● Task
Your task is to copy the stretch of lines in the records below that begins with the line containing "#129=AXIS2_PLACEMENT_3D('',#72,#40,#47);" and ends with the line containing "The same part", exactly as written, with nothing added.

[Dataset entries]
● ● ● ●

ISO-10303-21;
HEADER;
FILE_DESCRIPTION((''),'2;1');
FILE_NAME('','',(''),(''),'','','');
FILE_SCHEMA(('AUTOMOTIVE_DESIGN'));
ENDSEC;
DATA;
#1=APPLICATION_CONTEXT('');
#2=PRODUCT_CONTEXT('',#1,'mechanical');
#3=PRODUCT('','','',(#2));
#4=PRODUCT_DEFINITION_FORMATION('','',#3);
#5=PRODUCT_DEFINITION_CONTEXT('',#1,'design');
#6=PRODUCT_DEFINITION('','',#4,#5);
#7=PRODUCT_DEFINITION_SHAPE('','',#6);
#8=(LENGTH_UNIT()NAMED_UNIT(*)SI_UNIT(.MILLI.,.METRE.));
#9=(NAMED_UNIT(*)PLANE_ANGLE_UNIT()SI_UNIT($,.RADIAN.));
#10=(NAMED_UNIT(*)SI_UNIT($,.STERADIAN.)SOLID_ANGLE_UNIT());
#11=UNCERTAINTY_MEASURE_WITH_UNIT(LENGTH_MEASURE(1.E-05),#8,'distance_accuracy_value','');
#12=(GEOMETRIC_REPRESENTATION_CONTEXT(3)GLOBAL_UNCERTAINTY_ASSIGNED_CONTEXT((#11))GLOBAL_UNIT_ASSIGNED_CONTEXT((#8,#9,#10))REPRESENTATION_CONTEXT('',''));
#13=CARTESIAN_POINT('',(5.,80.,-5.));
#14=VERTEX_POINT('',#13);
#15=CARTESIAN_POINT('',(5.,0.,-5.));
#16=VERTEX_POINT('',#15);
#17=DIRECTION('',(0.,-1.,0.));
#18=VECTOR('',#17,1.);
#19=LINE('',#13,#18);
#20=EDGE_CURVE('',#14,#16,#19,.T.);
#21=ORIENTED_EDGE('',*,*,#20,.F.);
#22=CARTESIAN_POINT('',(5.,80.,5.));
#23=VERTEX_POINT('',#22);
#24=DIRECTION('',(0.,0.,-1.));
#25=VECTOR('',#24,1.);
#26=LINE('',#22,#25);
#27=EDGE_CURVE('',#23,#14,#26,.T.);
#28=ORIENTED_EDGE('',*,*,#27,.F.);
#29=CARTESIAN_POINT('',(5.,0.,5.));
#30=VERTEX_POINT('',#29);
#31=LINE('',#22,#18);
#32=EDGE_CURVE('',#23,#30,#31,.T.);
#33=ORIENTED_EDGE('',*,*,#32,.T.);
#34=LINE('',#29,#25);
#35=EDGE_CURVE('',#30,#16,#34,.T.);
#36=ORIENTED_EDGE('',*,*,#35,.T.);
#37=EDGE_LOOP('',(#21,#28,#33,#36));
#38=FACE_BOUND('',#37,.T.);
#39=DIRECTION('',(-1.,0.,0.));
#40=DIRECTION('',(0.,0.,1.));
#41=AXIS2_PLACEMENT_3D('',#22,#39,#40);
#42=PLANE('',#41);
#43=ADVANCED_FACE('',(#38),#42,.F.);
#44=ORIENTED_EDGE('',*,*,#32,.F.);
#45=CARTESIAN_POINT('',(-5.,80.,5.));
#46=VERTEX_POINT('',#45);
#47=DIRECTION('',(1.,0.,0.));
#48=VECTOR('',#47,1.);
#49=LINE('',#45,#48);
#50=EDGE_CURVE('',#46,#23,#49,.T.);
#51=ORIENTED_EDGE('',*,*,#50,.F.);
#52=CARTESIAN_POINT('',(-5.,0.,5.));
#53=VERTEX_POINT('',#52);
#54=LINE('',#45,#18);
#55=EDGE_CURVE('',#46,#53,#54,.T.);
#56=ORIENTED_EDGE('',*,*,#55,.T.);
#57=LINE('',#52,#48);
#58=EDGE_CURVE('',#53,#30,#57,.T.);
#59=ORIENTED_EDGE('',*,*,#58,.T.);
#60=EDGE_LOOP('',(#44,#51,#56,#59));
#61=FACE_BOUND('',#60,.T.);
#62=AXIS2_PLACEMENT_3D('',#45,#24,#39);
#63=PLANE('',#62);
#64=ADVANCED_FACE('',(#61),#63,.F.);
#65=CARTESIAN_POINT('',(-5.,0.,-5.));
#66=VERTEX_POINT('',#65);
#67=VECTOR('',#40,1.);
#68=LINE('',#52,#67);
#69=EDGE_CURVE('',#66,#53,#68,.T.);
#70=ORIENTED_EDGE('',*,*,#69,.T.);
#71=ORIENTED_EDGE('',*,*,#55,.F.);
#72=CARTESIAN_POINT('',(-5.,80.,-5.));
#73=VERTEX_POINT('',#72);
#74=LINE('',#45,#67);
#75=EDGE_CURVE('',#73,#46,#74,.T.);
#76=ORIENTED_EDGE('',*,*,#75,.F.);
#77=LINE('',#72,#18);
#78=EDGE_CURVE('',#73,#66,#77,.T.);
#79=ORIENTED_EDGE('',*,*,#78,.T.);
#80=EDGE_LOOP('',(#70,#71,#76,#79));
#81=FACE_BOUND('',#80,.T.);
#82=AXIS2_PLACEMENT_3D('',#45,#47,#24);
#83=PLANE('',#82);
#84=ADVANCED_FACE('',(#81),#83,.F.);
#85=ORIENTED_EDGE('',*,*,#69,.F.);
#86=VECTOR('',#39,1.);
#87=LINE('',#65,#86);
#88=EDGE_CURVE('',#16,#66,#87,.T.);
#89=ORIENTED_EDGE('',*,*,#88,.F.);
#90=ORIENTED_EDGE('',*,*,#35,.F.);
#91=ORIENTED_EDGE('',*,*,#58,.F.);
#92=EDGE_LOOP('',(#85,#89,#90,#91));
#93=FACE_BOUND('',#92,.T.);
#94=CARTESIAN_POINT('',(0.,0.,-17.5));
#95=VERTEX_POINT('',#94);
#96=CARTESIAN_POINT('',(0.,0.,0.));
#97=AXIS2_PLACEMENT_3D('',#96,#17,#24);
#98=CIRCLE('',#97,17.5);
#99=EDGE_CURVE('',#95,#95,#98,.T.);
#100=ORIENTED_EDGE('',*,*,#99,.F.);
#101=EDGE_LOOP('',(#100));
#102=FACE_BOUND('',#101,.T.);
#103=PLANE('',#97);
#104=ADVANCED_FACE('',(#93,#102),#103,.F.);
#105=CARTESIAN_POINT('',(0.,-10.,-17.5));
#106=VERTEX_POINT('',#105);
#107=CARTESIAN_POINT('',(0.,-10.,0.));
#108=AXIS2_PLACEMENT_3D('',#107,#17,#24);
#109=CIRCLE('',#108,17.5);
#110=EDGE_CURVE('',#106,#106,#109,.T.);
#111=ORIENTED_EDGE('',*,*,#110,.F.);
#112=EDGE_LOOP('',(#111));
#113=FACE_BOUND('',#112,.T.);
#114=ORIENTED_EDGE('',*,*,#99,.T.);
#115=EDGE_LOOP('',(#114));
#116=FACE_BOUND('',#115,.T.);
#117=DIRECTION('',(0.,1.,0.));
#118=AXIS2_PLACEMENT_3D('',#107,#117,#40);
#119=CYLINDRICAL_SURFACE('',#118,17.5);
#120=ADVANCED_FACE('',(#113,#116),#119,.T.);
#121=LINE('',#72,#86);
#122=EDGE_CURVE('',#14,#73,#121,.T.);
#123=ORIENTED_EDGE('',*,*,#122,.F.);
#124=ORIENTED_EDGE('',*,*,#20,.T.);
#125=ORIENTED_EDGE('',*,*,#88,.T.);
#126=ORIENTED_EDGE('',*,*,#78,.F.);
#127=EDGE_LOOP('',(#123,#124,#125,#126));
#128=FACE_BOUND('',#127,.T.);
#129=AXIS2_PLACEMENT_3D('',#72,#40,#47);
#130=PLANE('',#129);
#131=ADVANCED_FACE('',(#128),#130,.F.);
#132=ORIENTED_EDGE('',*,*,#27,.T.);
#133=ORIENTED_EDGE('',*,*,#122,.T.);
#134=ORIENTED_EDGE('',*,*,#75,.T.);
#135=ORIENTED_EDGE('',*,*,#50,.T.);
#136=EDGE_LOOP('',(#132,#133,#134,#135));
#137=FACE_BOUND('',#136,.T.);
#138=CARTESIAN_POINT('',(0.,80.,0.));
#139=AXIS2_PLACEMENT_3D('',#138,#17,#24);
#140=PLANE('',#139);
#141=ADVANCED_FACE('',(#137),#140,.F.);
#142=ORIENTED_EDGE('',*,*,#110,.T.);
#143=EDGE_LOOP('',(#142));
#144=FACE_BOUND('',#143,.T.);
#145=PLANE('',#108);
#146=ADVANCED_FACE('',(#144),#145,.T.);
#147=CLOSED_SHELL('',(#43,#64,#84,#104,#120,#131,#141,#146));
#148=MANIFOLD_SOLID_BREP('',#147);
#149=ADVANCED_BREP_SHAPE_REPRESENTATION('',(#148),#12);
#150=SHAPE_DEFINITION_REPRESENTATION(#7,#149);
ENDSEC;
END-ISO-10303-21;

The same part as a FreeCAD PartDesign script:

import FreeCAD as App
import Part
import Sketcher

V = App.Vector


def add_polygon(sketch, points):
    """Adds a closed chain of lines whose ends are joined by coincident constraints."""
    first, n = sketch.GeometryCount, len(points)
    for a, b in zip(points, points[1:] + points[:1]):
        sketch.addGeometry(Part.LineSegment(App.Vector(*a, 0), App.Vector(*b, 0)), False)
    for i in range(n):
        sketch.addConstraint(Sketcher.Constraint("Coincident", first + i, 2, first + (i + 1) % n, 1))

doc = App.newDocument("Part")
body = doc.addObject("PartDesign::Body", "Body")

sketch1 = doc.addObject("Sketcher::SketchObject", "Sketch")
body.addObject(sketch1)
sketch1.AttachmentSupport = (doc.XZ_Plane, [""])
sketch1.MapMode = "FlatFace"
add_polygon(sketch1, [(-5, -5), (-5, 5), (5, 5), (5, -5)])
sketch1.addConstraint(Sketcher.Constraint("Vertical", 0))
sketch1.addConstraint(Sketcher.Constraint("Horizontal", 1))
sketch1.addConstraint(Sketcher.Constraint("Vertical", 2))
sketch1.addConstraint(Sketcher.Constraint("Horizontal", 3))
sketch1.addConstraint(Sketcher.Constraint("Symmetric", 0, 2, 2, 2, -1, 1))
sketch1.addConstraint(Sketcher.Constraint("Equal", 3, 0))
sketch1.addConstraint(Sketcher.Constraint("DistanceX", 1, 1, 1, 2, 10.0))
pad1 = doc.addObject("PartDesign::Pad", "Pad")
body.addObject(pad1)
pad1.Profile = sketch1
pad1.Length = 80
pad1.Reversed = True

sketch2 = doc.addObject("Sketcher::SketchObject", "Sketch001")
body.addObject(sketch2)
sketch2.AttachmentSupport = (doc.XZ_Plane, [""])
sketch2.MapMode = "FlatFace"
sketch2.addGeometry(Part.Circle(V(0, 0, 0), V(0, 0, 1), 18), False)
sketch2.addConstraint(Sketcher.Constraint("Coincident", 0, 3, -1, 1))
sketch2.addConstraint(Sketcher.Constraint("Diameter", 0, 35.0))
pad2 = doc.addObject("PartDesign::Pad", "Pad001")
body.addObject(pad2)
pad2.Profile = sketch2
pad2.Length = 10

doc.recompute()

● ● ● ●

● Answer to this exercise
#129=AXIS2_PLACEMENT_3D('',#72,#40,#47);
#130=PLANE('',#129);
#131=ADVANCED_FACE('',(#128),#130,.F.);
#132=ORIENTED_EDGE('',*,*,#27,.T.);
#133=ORIENTED_EDGE('',*,*,#122,.T.);
#134=ORIENTED_EDGE('',*,*,#75,.T.);
#135=ORIENTED_EDGE('',*,*,#50,.T.);
#136=EDGE_LOOP('',(#132,#133,#134,#135));
#137=FACE_BOUND('',#136,.T.);
#138=CARTESIAN_POINT('',(0.,80.,0.));
#139=AXIS2_PLACEMENT_3D('',#138,#17,#24);
#140=PLANE('',#139);
#141=ADVANCED_FACE('',(#137),#140,.F.);
#142=ORIENTED_EDGE('',*,*,#110,.T.);
#143=EDGE_LOOP('',(#142));
#144=FACE_BOUND('',#143,.T.);
#145=PLANE('',#108);
#146=ADVANCED_FACE('',(#144),#145,.T.);
#147=CLOSED_SHELL('',(#43,#64,#84,#104,#120,#131,#141,#146));
#148=MANIFOLD_SOLID_BREP('',#147);
#149=ADVANCED_BREP_SHAPE_REPRESENTATION('',(#148),#12);
#150=SHAPE_DEFINITION_REPRESENTATION(#7,#149);
ENDSEC;
END-ISO-10303-21;

The same part as a FreeCAD PartDesign script:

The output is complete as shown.